### About this exercise
Start at the first line of the material below and retype each line through the one containing "The same part", exactly.

━━━━

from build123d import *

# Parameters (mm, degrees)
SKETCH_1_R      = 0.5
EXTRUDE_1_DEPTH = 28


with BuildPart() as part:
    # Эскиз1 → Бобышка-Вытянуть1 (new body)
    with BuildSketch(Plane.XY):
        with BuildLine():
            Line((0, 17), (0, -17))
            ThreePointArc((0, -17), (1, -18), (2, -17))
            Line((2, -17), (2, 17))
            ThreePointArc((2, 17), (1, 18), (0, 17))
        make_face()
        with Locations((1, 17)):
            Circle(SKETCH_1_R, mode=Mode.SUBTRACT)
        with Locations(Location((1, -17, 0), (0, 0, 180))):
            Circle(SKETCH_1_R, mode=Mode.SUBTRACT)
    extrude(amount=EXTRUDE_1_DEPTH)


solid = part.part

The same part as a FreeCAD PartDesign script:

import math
import FreeCAD as App
import Part
import Sketcher
from FreeCAD import Vector
Q = App.Units.Quantity

doc = App.newDocument("Part")
body = doc.addObject("PartDesign::Body", "Body")

# Sketch on XY plane
sketch1 = body.newObject("Sketcher::SketchObject", "Sketch")
sketch1.AttachmentSupport = (doc.getObject("XY_Plane"), [""])
sketch1.MapMode = "FlatFace"
sketch1.addGeometry([
    Part.LineSegment(Vector(0, 17, 0), Vector(0, -17, 0)),  # 0
    Part.ArcOfCircle(Part.Circle(Vector(1, -17, 0), Vector(0, 0, 1), 1), math.radians(180), math.radians(360)),  # 1
    Part.LineSegment(Vector(2, -17, 0), Vector(2, 17, 0)),  # 2
    Part.ArcOfCircle(Part.Circle(Vector(1, 17, 0), Vector(0, 0, 1), 1), math.radians(0), math.radians(180)),  # 3
    Part.Circle(Vector(1, -17, 0), Vector(0, 0, 1), 0.5),  # 4
    Part.Circle(Vector(1, 17, 0), Vector(0, 0, 1), 0.5),  # 5
], False)
sketch1.addConstraint([
    Sketcher.Constraint("Tangent", 0, 2, 1, 1),
    Sketcher.Constraint("Tangent", 1, 2, 2, 1),
    Sketcher.Constraint("Tangent", 2, 2, 3, 1),
    Sketcher.Constraint("Tangent", 3, 2, 0, 1),
    Sketcher.Constraint("Vertical", 0),
    Sketcher.Constraint("Vertical", 2),
    Sketcher.Constraint("Coincident", 4, 3, 1, 3),
    Sketcher.Constraint("Coincident", 5, 3, 3, 3),
    Sketcher.Constraint("Equal", 4, 5),
    Sketcher.Constraint("Symmetric", 0, 2, 3, 2, -1, 1),
    Sketcher.Constraint("Diameter", 4, Q("1 mm")),
    Sketcher.Constraint("Radius", 1, Q("1 mm")),
    Sketcher.Constraint("DistanceY", 0, 2, 0, 1, Q("34 mm")),
])
pad1 = body.newObject("PartDesign::Pad", "Pad")
pad1.Profile = sketch1
pad1.Length = 28

doc.recompute()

━━━━

### Worked solution
from build123d import *

# Parameters (mm, degrees)
SKETCH_1_R      = 0.5
EXTRUDE_1_DEPTH = 28


with BuildPart() as part:
    # Эскиз1 → Бобышка-Вытянуть1 (new body)
    with BuildSketch(Plane.XY):
        with BuildLine():
            Line((0, 17), (0, -17))
            ThreePointArc((0, -17), (1, -18), (2, -17))
            Line((2, -17), (2, 17))
            ThreePointArc((2, 17), (1, 18), (0, 17))
        make_face()
        with Locations((1, 17)):
            Circle(SKETCH_1_R, mode=Mode.SUBTRACT)
        with Locations(Location((1, -17, 0), (0, 0, 180))):
            Circle(SKETCH_1_R, mode=Mode.SUBTRACT)
    extrude(amount=EXTRUDE_1_DEPTH)


solid = part.part

The same part as a FreeCAD PartDesign script:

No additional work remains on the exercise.